# Upgrade without phone line



## HUGE2U (Jun 29, 2002)

Is it possible to uprgrade my HR10-250 from 3.1.5 to 3.1.5f (which is in the MFS now) without a phone line? My VOIP service does not seem to work with my Tivo no matter what I try, and I would like to keep my hacks as well. Any help appriciated.


HUGE


----------



## Gunnyman (Jul 10, 2003)

you can follow dellanave's slice guide and modify it as needed for your kernel.


----------



## james2fun (Jul 26, 2006)

I was having all sorts of trouble trying to get VOIP to work with ATT Callvantage. So I just bought a Tivo modem cable off of ebay and then when to radio shack and bought a null modem adaptor. Total cost was about $20 bucks. But all I had to do was plug the cable into the back of my Tivo and the other end into my PC and follow the setup instructions located here: 

(Link removed - author is restricted on posting URL's until he has posted at least 5 postings)

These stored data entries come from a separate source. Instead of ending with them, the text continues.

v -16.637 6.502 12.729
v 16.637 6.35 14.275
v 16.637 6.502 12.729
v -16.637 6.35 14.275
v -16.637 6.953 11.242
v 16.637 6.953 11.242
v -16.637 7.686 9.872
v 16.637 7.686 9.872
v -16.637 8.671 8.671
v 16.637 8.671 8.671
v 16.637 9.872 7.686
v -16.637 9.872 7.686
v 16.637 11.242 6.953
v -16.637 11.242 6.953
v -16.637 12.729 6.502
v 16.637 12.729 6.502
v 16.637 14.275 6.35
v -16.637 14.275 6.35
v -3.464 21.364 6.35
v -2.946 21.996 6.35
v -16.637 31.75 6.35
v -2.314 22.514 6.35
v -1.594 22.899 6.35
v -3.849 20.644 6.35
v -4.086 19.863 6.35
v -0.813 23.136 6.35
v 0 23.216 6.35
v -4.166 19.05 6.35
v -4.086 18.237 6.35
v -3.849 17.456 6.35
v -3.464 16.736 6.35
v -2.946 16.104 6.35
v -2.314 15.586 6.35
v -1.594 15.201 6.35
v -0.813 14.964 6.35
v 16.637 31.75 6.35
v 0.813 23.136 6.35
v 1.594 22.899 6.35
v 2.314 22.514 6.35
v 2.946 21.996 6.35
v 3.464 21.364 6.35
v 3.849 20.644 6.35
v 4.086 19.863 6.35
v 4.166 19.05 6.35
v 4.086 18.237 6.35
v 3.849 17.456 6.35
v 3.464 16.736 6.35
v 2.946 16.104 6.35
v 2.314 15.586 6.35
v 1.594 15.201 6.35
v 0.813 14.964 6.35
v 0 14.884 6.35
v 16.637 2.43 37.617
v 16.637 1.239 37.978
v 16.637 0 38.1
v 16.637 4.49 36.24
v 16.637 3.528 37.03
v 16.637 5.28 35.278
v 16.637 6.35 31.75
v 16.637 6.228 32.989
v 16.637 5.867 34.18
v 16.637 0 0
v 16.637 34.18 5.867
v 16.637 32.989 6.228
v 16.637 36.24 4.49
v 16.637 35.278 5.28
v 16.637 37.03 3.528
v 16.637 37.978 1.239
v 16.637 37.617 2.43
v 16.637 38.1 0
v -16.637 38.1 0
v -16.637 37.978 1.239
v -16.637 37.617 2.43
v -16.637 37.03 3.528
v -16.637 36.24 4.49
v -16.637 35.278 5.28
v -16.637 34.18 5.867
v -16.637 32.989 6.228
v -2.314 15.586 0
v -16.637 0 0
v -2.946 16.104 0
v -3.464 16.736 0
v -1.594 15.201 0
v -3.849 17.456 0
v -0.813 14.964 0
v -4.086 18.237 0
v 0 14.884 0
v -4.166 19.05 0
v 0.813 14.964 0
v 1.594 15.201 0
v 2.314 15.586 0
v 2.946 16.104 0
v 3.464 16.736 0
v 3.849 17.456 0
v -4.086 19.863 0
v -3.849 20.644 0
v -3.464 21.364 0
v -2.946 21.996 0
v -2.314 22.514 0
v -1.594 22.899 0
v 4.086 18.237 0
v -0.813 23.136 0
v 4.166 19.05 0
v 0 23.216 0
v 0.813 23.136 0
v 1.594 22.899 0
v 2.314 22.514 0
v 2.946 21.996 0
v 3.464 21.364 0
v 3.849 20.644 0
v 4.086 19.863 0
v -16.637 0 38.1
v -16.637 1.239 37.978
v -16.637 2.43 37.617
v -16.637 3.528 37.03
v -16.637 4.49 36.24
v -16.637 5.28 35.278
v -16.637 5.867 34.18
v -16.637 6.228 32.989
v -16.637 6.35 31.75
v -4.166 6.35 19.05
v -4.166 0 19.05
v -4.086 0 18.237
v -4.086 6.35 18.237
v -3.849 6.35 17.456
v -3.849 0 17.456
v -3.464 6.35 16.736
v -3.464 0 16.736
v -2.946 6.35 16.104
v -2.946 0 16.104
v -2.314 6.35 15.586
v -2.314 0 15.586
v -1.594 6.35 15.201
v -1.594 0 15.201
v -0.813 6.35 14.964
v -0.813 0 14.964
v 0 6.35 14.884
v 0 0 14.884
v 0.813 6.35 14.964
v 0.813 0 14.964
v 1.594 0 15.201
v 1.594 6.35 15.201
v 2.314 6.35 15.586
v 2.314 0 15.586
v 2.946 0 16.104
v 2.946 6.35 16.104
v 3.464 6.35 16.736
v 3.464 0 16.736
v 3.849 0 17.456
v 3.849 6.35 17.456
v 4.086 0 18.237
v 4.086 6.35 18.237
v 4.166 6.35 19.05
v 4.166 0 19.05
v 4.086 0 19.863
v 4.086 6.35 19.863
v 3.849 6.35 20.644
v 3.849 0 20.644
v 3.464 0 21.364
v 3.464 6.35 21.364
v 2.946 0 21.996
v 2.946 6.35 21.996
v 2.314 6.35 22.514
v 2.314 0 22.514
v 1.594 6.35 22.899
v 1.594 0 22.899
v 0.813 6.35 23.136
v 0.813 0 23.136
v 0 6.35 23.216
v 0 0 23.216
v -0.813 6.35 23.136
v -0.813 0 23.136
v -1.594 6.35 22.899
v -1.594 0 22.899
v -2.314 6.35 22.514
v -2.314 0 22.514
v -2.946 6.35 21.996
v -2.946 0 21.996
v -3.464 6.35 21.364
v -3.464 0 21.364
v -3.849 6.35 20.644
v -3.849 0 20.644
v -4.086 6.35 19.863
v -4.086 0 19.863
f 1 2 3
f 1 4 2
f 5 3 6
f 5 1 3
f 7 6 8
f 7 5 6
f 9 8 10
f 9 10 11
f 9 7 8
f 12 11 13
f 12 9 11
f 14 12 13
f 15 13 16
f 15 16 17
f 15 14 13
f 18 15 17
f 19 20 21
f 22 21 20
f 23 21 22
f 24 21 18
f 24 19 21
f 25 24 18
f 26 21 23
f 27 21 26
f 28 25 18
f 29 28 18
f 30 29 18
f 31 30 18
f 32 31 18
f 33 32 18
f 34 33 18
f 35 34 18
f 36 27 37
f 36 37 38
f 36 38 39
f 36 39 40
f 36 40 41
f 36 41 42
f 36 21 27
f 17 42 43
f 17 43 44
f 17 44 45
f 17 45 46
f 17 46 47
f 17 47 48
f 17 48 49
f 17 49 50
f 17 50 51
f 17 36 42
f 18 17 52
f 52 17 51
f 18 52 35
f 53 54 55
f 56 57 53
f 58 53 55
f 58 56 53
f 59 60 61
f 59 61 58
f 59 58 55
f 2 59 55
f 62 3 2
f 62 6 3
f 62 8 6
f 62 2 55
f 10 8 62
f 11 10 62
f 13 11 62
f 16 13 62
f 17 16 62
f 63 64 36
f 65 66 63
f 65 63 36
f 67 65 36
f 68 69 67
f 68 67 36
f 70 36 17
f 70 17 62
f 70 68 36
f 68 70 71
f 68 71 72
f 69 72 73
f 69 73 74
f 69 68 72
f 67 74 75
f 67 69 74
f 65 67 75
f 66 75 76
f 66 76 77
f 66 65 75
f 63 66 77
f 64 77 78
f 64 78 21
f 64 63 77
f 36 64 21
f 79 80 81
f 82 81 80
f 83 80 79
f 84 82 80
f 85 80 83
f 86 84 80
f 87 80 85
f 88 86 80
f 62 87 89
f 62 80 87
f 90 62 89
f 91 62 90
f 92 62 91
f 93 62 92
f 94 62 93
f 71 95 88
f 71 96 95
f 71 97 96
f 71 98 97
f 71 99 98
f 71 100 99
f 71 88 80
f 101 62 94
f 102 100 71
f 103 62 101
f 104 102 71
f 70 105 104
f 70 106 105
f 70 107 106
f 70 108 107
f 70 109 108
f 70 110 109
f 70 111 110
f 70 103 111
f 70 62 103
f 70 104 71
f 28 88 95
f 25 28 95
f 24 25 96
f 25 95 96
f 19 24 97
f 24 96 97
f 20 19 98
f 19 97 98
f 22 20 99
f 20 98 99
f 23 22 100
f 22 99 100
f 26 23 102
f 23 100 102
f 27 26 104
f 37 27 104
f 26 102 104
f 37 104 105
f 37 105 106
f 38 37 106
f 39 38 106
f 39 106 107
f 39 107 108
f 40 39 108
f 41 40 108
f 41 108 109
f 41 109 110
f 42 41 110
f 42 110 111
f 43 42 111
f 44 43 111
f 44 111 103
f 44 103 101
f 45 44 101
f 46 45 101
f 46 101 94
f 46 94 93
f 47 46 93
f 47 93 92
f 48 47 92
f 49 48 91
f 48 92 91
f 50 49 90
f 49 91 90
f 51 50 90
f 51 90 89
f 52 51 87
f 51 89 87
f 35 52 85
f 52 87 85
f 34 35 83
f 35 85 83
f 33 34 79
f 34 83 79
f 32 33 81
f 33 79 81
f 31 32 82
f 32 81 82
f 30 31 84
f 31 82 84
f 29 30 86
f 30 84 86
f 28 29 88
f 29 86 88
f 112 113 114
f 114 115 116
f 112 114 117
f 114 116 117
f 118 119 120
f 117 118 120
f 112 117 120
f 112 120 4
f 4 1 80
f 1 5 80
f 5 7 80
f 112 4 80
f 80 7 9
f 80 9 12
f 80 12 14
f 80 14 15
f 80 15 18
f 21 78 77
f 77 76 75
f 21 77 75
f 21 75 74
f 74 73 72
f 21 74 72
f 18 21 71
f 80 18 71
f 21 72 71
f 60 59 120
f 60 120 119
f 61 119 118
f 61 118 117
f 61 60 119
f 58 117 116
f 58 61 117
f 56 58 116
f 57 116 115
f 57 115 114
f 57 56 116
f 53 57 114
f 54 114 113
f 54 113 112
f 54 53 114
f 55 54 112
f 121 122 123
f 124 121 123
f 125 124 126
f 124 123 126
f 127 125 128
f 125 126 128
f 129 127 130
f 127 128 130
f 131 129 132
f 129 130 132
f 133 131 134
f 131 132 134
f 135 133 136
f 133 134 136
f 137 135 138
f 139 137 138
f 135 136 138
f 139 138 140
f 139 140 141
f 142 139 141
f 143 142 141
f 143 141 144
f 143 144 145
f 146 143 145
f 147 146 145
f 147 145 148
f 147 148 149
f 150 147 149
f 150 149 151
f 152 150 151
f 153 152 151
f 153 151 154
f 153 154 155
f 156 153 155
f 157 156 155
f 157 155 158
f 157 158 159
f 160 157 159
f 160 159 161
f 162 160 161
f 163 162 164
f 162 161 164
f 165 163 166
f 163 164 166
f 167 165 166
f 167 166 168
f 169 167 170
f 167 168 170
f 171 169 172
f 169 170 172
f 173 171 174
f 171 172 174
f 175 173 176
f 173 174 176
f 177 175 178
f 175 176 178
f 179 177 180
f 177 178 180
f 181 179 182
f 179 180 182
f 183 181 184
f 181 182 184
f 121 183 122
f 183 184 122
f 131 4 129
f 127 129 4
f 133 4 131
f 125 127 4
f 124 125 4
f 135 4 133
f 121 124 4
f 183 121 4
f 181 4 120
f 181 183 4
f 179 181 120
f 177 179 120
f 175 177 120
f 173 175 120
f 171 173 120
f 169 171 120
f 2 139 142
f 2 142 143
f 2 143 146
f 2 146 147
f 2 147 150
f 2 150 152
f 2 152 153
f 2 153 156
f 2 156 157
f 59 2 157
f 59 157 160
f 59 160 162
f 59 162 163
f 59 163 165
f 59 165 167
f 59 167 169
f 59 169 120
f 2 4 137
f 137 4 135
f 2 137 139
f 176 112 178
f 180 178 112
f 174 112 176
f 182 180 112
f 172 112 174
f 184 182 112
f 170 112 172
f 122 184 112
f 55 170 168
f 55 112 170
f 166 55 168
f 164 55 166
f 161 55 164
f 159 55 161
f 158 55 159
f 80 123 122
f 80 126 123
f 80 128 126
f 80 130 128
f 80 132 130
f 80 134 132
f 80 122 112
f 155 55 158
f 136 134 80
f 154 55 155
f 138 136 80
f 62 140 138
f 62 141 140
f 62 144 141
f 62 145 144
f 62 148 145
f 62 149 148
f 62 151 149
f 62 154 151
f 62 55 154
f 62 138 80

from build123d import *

# Parameters (mm, degrees)
BOSS_EXTRUDE1_DEPTH = 33.274
HOLE1_D             = 8.3312
HOLE1_DEPTH         = 6.35
HOLE2_D             = 8.3312
HOLE2_DEPTH         = 6.35
FILLET1_R           = 7.9248


with BuildPart() as part:
    # Sketch1 → Boss-Extrude1 (new body)
    with BuildSketch(Plane(origin=(16.637, 0, 0), x_dir=(0, 0, -1), z_dir=(1, 0, 0))):
        with BuildLine():
            Line((-38.1, 0), (0, 0))
            Line((0, 0), (0, 38.1))
            ThreePointArc((0, 38.1), (-4.490128061, 36.240128061), (-6.35, 31.75))
            Line((-6.35, 31.75), (-6.35, 6.35))
            Line((-6.35, 6.35), (-31.75, 6.35))
            ThreePointArc((-31.75, 6.35), (-36.240128061, 4.490128061), (-38.1, 0))
        make_face()
    extrude(amount=-BOSS_EXTRUDE1_DEPTH)

    # Hole1
    with Locations(Plane.XY.offset(6.35)):
        with Locations((0, 19.05)):
            Hole(HOLE1_D / 2, depth=HOLE1_DEPTH)

    # Hole2
    with Locations(Plane(origin=(0, 6.35, 0), x_dir=(1, 0, 0), z_dir=(0, 1, 0))):
        with Locations((0, -19.05)):
            Hole(HOLE2_D / 2, depth=HOLE2_DEPTH)

    # Fillet1
    fillet1_edges = [part.edges().sort_by_distance(p)[0] for p in [
        (0, 6.35, 6.35),
    ]]
    fillet(fillet1_edges, radius=FILLET1_R)


solid = part.part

Now my Tivo connects over the internet without having to install a network card or anything. It just shares the internet connection of the PC that the cable is attached to and dials out whenever it wants.

- James

If you really want to try and get VOIP to work. Try this link: (Link removed - author is restricted on posting URL's until he has posted at least 5 postings)

They do a pretty good job of explaining some things as well.


----------



## cheer (Nov 13, 2005)

The HR10-250 doesn't really do anything over an Internet link though. Guide data comes from the satellite, as will a software upgrade. Not sure whether you can successfully "authorize" a software upgrade over the Internet...and it doesn't address the call to DirecTV to report PPVs and the like.


----------



## classicsat (Feb 18, 2004)

The call for the upgrade is a PPP internet call over modem, so can be ported over serial PPP. The PPV callback is a direct call to DirecTV's modem pool, and is hard coded to be made over the internal modem.


----------